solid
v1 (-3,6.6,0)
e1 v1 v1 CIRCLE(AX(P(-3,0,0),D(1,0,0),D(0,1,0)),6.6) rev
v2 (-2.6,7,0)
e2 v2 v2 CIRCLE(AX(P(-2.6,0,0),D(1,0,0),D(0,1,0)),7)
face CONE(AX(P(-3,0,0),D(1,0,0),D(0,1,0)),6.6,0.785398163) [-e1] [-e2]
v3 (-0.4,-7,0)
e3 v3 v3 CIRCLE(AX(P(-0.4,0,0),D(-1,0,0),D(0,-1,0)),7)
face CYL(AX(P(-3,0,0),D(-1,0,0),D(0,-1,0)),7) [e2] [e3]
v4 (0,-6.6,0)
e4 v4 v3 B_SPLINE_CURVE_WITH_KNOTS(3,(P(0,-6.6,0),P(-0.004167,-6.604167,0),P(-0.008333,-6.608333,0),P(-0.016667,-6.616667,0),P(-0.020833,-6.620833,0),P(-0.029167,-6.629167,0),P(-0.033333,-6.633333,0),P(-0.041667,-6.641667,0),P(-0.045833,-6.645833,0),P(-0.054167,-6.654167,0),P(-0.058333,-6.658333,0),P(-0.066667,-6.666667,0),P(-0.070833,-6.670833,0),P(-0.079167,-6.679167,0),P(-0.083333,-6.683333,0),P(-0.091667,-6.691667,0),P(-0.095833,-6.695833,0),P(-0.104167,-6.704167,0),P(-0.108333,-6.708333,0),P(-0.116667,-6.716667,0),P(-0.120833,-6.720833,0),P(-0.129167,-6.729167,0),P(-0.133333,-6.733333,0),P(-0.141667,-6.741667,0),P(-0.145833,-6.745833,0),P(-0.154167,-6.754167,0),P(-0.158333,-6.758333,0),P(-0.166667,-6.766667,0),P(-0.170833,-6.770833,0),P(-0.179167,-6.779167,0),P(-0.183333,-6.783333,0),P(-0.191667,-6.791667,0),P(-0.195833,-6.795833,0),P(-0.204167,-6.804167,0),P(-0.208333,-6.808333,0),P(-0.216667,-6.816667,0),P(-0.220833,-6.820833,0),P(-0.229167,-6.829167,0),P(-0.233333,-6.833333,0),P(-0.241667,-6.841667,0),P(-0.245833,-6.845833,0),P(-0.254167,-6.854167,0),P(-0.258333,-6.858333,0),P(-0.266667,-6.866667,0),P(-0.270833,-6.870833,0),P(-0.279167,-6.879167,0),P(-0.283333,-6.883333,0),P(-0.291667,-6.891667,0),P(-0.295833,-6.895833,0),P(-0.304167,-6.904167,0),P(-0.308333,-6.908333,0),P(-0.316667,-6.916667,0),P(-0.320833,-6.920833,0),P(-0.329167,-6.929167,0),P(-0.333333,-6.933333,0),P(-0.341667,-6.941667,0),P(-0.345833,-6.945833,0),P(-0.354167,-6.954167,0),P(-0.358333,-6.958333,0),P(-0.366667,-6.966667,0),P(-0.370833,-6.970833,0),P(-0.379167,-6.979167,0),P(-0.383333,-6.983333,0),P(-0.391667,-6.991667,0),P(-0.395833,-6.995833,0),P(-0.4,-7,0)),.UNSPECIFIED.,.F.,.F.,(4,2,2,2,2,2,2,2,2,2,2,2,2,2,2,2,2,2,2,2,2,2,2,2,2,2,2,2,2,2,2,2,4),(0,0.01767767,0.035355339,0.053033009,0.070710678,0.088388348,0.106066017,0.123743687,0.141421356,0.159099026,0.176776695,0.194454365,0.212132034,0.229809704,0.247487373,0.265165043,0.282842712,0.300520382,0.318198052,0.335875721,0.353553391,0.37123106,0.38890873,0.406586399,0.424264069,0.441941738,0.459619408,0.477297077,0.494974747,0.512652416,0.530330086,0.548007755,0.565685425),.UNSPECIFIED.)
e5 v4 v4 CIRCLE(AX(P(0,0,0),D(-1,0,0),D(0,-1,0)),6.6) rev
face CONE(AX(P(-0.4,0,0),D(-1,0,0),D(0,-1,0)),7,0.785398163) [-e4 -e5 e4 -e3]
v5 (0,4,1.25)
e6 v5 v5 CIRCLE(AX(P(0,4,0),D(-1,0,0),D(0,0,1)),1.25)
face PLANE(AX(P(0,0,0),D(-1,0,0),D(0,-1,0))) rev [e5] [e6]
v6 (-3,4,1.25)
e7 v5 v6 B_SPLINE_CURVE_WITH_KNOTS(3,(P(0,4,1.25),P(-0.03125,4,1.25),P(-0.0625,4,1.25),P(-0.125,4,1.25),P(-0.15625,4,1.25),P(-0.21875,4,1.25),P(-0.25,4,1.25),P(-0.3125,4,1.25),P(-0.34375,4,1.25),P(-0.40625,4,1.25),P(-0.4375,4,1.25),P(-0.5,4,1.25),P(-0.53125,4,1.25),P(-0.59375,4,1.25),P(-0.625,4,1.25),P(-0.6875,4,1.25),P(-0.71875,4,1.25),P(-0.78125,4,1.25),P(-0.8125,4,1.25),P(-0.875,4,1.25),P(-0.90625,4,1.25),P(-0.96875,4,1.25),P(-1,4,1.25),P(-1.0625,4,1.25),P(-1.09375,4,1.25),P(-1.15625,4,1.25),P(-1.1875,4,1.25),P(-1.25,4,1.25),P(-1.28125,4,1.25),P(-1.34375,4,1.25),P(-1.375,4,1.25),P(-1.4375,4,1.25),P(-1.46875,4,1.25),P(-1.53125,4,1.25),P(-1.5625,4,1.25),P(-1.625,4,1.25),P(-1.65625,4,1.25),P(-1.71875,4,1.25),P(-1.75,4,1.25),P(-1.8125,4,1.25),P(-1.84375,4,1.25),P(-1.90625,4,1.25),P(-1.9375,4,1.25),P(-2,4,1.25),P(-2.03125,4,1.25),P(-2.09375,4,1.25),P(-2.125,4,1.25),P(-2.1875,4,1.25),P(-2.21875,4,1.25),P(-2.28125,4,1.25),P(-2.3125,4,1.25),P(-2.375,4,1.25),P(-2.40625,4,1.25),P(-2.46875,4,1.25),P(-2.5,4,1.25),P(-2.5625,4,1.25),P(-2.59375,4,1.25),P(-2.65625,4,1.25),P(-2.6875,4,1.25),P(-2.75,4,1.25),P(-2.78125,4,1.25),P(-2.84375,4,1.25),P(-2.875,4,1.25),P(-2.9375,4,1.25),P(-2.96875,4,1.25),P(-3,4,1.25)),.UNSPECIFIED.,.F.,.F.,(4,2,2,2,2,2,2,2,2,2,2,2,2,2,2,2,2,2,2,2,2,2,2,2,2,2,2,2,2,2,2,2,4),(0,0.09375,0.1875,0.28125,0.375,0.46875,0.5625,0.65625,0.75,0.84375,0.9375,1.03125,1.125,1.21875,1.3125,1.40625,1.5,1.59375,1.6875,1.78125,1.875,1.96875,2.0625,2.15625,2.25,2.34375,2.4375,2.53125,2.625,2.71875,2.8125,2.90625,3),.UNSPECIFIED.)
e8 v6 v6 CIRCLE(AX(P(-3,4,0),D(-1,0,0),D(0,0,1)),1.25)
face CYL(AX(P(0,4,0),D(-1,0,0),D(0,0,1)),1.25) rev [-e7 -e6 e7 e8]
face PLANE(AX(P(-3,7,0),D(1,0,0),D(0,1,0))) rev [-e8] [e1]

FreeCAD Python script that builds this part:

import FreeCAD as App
import Part
import Sketcher

V = App.Vector


def edges_at(feature, points):
    """Names of the edges that pass closest to the given points."""
    edges = feature.Shape.Edges
    near = lambda p: min(range(len(edges)), key=lambda i: edges[i].distToShape(Part.Vertex(*p))[0])
    return sorted({f"Edge{near(p) + 1}" for p in points})


def add_polygon(sketch, points):
    """Adds a closed chain of lines whose ends are joined by coincident constraints."""
    first, n = sketch.GeometryCount, len(points)
    for a, b in zip(points, points[1:] + points[:1]):
        sketch.addGeometry(Part.LineSegment(App.Vector(*a, 0), App.Vector(*b, 0)), False)
    for i in range(n):
        sketch.addConstraint(Sketcher.Constraint("Coincident", first + i, 2, first + (i + 1) % n, 1))

doc = App.newDocument("Part")
body = doc.addObject("PartDesign::Body", "Body")

# Sketch on XY plane
sketch1 = doc.addObject("Sketcher::SketchObject", "Sketch")
body.addObject(sketch1)
sketch1.AttachmentSupport = (doc.XY_Plane, [""])
sketch1.MapMode = "FlatFace"
add_polygon(sketch1, [(-3, 7), (-3, 0), (0, 0), (0, 7)])  # lines 0-3
sketch1.addConstraint([
    Sketcher.Constraint("Vertical", 0),
    Sketcher.Constraint("Horizontal", 1),
    Sketcher.Constraint("Vertical", 2),
    Sketcher.Constraint("Horizontal", 3),
    Sketcher.Constraint("Coincident", 1, 2, -1, 1),
    Sketcher.Constraint("DistanceX", 1, 1, 1, 2, 3.0),
    Sketcher.Constraint("DistanceY", 0, 2, 0, 1, 7.0),
])
revolution = doc.addObject("PartDesign::Revolution", "Revolution")
body.addObject(revolution)
revolution.Profile = sketch1
revolution.ReferenceAxis = (sketch1, ["H_Axis"])
revolution.Angle = 360

# Sketch on YZ plane
sketch2 = doc.addObject("Sketcher::SketchObject", "Sketch001")
body.addObject(sketch2)
sketch2.AttachmentSupport = (doc.YZ_Plane, [""])
sketch2.MapMode = "FlatFace"
sketch2.AttachmentOffset = App.Placement(V(0, 0, -3), App.Rotation())
sketch2.addGeometry(Part.Circle(V(4, 0, 0), V(0, 0, 1), 1.2), False)
sketch2.addConstraint([
    Sketcher.Constraint("PointOnObject", 0, 3, -1),
    Sketcher.Constraint("Diameter", 0, 2.5),
    Sketcher.Constraint("DistanceX", -1, 1, 0, 3, 4.0),
])
pocket1 = doc.addObject("PartDesign::Pocket", "Pocket")
body.addObject(pocket1)
pocket1.Profile = sketch2
pocket1.Type = "ThroughAll"
pocket1.Reversed = True
doc.recompute()

chamfer = doc.addObject("PartDesign::Chamfer", "Chamfer")
body.addObject(chamfer)
chamfer.Base = (pocket1, edges_at(pocket1, [(-3, 7, 0), (0, 7, 0)]))
chamfer.Size = 0.4

doc.recompute()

————————

* TASK DIRECTIONS *
Begin at the top of the listing above and set down each line exactly. Stop after the line that contains "v4 (0,-6.6,0)".

* WRITTEN SOLUTION *
solid
v1 (-3,6.6,0)
e1 v1 v1 CIRCLE(AX(P(-3,0,0),D(1,0,0),D(0,1,0)),6.6) rev
v2 (-2.6,7,0)
e2 v2 v2 CIRCLE(AX(P(-2.6,0,0),D(1,0,0),D(0,1,0)),7)
face CONE(AX(P(-3,0,0),D(1,0,0),D(0,1,0)),6.6,0.785398163) [-e1] [-e2]
v3 (-0.4,-7,0)
e3 v3 v3 CIRCLE(AX(P(-0.4,0,0),D(-1,0,0),D(0,-1,0)),7)
face CYL(AX(P(-3,0,0),D(-1,0,0),D(0,-1,0)),7) [e2] [e3]
v4 (0,-6.6,0)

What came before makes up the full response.